Stored data
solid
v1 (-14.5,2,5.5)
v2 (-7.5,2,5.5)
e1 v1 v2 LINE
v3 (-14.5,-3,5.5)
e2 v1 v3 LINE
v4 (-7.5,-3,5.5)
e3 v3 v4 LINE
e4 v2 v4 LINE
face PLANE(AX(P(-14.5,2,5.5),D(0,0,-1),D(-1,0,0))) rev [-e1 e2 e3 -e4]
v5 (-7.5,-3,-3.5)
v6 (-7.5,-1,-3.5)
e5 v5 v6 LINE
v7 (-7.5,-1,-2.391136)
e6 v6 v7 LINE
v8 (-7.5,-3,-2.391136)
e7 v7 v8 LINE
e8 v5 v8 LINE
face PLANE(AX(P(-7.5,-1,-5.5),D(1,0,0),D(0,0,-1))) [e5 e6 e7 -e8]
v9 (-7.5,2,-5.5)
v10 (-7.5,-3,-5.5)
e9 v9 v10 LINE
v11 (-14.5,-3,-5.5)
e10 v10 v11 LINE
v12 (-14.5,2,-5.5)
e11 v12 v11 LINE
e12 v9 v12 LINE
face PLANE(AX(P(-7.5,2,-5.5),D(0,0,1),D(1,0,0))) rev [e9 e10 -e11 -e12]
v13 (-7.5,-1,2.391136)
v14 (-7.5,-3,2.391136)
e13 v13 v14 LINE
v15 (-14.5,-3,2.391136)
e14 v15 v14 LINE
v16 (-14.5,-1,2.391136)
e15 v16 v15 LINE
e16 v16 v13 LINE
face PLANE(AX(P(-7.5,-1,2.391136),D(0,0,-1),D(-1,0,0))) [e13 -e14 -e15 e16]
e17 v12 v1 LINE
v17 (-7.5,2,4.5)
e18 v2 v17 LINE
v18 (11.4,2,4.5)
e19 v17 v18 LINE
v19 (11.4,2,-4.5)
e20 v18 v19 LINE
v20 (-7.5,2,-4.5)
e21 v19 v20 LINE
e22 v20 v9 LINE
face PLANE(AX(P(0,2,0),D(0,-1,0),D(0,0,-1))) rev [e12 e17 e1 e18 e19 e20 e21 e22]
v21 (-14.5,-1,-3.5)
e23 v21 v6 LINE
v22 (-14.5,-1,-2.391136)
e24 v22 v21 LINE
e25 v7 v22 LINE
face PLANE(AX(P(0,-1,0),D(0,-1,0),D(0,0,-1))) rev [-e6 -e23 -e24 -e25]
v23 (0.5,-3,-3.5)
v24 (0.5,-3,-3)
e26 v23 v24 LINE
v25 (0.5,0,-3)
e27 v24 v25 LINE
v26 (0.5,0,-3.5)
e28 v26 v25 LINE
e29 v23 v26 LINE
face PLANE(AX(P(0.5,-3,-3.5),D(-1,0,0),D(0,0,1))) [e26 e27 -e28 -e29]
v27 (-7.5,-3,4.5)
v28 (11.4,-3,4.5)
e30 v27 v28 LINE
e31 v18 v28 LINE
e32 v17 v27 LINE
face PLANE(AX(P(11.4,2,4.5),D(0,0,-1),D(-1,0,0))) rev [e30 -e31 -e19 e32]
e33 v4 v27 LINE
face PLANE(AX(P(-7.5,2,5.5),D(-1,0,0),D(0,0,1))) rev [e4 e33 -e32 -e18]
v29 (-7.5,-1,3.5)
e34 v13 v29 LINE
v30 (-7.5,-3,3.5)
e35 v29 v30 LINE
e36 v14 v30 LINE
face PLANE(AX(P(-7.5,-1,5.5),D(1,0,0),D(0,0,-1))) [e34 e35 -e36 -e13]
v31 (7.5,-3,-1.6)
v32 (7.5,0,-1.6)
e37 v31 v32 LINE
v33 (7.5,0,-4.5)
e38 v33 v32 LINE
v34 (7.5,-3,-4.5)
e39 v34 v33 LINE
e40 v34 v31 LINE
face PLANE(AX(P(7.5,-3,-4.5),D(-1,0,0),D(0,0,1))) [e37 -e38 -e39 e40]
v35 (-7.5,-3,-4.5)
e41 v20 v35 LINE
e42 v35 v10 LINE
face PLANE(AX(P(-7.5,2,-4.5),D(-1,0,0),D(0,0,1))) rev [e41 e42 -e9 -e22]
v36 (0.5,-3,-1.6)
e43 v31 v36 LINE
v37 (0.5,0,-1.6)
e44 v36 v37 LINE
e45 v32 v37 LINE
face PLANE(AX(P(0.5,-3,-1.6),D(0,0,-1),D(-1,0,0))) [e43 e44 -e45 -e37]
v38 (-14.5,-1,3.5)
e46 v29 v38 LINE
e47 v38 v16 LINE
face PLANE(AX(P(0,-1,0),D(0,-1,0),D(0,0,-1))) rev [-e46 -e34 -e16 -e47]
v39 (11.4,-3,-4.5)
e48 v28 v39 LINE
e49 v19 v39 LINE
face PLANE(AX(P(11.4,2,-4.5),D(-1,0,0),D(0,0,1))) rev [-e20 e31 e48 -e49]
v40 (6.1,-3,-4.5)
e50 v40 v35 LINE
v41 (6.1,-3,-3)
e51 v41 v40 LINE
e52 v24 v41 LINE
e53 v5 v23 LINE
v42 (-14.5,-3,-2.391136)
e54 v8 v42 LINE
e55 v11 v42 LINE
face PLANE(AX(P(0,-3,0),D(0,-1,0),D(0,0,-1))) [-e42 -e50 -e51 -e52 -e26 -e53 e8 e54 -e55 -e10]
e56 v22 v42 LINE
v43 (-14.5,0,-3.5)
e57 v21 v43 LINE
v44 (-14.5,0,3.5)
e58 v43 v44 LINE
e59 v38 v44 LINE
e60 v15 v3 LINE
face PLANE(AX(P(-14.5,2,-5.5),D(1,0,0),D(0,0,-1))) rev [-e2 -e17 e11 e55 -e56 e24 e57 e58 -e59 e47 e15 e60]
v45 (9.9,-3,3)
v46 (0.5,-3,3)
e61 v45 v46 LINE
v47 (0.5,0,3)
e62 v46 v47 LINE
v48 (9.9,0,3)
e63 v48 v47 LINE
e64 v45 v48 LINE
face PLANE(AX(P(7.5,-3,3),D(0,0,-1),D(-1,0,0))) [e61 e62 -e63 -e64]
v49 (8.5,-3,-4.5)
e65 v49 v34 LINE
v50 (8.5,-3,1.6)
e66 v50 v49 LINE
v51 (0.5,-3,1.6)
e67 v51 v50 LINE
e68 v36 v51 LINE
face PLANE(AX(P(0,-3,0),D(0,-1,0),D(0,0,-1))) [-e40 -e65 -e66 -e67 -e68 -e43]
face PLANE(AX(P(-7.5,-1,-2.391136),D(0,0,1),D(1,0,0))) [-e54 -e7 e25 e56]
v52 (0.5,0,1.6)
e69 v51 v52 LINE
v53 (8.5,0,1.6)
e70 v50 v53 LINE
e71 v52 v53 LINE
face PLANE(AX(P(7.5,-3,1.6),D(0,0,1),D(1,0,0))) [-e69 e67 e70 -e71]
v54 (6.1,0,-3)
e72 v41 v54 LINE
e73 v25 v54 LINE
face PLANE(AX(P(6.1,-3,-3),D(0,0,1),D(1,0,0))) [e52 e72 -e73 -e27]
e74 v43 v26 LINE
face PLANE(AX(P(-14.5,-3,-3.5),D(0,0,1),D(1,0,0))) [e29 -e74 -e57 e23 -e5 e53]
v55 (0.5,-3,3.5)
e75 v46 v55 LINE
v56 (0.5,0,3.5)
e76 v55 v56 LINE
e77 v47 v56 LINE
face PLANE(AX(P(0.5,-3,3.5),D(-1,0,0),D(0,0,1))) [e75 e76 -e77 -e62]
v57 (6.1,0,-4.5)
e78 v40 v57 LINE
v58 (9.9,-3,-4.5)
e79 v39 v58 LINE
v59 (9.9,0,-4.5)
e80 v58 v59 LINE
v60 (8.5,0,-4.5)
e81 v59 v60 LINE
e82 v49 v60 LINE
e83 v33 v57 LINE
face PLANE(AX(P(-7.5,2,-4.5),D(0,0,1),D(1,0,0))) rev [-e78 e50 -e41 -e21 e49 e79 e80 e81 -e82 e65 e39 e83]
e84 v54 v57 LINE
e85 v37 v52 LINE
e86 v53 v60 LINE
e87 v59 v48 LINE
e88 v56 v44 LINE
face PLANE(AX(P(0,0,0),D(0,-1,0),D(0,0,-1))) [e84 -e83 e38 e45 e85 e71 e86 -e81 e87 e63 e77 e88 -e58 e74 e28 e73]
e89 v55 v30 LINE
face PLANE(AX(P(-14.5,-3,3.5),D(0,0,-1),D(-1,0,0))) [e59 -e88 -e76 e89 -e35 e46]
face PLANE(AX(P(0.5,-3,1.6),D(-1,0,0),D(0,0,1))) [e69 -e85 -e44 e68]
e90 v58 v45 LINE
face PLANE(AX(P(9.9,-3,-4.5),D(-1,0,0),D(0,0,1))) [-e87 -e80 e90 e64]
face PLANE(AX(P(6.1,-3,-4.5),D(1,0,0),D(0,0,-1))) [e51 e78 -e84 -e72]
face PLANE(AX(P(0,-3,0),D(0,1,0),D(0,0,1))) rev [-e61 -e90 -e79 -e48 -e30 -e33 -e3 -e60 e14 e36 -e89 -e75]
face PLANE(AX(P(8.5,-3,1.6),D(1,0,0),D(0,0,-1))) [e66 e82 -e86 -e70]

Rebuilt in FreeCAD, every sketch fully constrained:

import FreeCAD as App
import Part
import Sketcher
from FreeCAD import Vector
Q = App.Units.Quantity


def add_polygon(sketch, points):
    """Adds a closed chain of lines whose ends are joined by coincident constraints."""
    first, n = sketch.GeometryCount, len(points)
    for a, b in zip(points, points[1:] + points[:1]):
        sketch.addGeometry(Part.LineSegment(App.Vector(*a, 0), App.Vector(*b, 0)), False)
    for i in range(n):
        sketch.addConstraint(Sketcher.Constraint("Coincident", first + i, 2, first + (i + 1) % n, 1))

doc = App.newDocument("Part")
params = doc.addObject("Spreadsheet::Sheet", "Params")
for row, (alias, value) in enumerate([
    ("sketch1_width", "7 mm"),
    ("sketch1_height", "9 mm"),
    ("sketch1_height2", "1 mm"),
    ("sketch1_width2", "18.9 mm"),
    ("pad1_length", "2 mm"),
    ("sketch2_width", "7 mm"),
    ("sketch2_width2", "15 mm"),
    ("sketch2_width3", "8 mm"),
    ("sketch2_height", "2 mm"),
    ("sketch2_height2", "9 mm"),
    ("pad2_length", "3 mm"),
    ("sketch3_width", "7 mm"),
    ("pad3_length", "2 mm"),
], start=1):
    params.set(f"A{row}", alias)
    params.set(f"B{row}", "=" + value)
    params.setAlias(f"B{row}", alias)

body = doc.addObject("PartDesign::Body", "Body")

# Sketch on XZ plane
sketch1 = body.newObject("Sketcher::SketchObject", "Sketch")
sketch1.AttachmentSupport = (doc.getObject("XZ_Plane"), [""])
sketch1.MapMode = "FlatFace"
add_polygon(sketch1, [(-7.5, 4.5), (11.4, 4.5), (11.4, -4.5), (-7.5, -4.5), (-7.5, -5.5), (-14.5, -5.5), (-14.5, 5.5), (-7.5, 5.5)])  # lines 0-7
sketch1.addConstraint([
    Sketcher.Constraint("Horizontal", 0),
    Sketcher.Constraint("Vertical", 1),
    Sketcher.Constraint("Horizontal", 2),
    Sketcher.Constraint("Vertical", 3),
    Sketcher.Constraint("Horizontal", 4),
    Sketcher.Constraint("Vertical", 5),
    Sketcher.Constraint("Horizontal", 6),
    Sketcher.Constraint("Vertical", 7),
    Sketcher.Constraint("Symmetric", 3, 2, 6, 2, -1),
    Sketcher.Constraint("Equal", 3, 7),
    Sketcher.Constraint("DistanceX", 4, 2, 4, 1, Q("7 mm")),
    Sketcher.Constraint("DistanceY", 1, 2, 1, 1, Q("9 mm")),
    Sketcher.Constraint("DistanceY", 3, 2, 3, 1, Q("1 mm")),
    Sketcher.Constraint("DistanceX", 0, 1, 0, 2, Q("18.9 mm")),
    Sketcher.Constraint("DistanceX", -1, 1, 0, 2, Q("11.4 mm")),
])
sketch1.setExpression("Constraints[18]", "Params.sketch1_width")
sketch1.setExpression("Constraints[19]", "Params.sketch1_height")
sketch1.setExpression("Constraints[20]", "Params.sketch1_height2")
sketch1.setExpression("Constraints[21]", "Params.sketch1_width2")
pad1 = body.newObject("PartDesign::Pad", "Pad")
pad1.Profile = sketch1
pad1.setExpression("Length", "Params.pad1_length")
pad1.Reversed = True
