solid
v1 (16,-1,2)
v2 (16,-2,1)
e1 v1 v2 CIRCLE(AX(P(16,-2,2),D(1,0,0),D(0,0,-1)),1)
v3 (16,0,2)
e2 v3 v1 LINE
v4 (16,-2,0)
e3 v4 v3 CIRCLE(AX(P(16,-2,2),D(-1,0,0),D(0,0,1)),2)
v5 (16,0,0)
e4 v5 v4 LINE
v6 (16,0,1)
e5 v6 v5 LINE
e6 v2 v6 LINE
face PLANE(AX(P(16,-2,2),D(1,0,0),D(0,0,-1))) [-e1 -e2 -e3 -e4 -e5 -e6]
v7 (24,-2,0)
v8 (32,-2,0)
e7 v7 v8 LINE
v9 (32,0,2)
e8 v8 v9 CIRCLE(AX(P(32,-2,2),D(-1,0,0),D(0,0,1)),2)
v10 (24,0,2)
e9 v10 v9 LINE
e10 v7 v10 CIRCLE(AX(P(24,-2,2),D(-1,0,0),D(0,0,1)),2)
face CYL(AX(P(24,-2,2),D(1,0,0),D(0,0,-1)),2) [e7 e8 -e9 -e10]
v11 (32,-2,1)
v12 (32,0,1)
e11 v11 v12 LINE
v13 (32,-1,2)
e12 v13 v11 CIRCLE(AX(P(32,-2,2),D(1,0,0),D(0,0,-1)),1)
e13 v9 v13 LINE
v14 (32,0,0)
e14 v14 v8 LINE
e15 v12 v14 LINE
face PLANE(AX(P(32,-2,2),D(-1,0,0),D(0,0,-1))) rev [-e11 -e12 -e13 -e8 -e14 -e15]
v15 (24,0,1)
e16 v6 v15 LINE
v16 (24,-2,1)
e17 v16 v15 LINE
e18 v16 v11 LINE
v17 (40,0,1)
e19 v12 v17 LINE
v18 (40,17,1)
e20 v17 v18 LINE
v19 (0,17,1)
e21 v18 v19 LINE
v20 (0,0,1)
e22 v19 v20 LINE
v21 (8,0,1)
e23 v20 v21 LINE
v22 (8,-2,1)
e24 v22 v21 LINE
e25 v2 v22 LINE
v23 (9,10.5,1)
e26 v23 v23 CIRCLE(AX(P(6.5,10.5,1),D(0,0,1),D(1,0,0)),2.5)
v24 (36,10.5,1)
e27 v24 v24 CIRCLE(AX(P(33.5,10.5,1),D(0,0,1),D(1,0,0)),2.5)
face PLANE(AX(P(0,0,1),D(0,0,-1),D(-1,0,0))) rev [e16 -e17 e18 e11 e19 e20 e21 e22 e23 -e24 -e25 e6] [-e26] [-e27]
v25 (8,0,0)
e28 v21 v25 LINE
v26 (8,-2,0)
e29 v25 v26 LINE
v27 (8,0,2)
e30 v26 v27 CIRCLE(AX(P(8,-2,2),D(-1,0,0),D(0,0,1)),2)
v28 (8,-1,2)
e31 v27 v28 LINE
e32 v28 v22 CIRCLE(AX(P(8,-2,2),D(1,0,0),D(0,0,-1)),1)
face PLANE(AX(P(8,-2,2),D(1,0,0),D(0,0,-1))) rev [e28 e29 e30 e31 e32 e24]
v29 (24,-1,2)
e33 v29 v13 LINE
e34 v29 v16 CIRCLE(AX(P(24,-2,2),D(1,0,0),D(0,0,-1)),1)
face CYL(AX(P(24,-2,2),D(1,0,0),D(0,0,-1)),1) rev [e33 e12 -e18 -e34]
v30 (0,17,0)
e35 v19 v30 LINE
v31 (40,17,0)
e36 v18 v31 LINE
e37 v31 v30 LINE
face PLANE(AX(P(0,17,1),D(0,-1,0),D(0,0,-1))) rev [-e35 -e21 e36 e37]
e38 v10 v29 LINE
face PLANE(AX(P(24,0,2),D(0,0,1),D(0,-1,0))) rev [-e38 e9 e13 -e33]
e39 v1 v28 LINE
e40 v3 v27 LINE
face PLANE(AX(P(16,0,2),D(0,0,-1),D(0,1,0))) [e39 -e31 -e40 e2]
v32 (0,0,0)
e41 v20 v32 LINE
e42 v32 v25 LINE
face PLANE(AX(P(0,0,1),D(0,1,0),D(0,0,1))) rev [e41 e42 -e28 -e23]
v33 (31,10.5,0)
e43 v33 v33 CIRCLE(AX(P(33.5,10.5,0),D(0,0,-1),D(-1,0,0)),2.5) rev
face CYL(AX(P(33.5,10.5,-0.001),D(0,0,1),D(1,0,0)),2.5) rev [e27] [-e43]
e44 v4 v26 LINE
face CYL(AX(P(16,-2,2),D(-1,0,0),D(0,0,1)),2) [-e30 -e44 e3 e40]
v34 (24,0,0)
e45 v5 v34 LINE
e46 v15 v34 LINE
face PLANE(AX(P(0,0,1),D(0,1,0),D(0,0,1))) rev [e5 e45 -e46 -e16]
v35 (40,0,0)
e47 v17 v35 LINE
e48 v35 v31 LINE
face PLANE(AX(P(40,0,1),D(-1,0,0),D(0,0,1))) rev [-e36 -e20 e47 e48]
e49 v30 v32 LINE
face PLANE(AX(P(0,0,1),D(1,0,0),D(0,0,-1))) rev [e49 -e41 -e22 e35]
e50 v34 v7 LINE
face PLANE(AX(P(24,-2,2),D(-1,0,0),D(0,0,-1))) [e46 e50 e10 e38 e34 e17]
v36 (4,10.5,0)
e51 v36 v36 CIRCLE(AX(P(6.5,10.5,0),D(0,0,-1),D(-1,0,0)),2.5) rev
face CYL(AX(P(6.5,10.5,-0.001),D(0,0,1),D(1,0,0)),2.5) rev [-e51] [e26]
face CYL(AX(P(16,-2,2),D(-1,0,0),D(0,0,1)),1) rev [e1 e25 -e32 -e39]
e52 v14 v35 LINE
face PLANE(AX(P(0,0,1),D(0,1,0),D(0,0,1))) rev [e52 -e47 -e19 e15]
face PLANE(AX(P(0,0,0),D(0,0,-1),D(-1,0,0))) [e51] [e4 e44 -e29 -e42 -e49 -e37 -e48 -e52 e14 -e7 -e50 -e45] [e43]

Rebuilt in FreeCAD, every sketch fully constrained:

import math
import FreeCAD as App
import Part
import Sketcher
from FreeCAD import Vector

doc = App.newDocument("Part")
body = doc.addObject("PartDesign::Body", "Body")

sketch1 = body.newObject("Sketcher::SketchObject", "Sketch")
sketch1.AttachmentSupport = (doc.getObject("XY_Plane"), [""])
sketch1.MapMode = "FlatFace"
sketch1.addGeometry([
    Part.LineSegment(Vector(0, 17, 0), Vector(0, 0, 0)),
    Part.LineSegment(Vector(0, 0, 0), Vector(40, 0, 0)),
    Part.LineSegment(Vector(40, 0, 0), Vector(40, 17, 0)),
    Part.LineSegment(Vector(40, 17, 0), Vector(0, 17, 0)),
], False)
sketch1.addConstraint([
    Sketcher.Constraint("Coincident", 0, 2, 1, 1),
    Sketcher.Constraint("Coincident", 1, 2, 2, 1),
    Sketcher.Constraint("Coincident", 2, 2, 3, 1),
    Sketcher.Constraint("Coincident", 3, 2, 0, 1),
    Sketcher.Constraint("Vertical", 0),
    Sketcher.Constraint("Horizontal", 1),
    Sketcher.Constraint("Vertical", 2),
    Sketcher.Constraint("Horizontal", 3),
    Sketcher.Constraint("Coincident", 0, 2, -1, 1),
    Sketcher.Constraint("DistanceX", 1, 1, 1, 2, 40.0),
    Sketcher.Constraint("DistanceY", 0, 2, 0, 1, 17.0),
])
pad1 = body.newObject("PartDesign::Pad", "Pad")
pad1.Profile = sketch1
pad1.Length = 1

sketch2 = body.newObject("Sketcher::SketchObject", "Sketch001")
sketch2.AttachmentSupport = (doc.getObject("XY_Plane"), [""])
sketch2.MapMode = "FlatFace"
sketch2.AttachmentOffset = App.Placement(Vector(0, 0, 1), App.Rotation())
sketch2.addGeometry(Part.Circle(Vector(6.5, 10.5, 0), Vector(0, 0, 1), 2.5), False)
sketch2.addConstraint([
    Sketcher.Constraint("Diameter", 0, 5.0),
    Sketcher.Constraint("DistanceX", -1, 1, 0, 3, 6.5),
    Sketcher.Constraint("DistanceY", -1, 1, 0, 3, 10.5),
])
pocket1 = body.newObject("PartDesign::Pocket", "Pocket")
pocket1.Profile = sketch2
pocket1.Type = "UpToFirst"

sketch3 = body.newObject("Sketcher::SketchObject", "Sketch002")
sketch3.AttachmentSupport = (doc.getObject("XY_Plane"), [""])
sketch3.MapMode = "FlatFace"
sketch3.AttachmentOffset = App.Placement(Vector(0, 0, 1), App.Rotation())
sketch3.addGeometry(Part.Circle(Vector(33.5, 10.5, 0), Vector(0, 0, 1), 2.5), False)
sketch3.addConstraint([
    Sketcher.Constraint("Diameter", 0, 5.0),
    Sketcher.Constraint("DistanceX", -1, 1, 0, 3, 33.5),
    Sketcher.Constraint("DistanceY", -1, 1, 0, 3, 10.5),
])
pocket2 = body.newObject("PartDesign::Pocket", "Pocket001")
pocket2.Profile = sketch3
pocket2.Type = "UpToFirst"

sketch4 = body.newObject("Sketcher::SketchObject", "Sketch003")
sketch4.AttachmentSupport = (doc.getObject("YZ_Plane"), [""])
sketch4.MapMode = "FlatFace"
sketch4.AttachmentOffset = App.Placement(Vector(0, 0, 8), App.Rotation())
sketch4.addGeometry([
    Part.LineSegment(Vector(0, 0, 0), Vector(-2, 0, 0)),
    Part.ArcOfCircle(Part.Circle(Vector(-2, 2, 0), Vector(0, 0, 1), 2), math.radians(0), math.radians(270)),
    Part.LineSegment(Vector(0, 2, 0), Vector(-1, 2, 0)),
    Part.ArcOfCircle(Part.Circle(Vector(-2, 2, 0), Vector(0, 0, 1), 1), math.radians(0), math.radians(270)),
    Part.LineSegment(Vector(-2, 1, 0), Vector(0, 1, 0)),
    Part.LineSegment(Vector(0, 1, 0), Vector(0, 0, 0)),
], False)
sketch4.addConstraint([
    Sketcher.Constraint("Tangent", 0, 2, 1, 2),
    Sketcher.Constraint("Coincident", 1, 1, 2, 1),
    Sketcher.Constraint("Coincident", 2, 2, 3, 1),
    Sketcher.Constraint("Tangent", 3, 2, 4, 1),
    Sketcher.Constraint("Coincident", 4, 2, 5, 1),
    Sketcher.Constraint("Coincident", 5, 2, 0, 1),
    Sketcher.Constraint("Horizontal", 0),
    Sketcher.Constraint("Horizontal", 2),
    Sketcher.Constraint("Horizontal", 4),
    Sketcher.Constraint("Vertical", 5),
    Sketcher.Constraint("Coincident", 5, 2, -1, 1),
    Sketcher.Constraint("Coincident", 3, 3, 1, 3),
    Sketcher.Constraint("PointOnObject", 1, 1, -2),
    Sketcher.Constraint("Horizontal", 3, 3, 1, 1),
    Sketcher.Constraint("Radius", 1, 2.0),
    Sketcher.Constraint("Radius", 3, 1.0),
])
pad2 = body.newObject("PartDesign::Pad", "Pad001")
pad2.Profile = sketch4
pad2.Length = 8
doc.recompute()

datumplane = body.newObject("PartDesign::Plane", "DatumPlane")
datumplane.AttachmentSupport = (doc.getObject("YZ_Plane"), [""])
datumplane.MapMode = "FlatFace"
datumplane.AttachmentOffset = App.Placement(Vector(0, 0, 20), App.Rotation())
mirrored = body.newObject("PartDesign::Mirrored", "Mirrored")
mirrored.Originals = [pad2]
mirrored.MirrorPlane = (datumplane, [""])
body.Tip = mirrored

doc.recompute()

• _YOUR ASSIGNMENT_: What you give back should be exactly the lines of the data above from the line with "face PLANE(AX(P(-14.5,-3,3.5),D(0,0,-1),D(-1,0,0))) [e59" through the line with "face PLANE(AX(P(6.1,-3,-4.5),D(1,0,0),D(0,0,-1))) [e51", both of those included, and nothing more.

• _YOUR RESPONSE_:
face PLANE(AX(P(-14.5,-3,3.5),D(0,0,-1),D(-1,0,0))) [e59 -e88 -e76 e89 -e35 e46]
face PLANE(AX(P(0.5,-3,1.6),D(-1,0,0),D(0,0,1))) [e69 -e85 -e44 e68]
e90 v58 v45 LINE
face PLANE(AX(P(9.9,-3,-4.5),D(-1,0,0),D(0,0,1))) [-e87 -e80 e90 e64]
face PLANE(AX(P(6.1,-3,-4.5),D(1,0,0),D(0,0,-1))) [e51 e78 -e84 -e72]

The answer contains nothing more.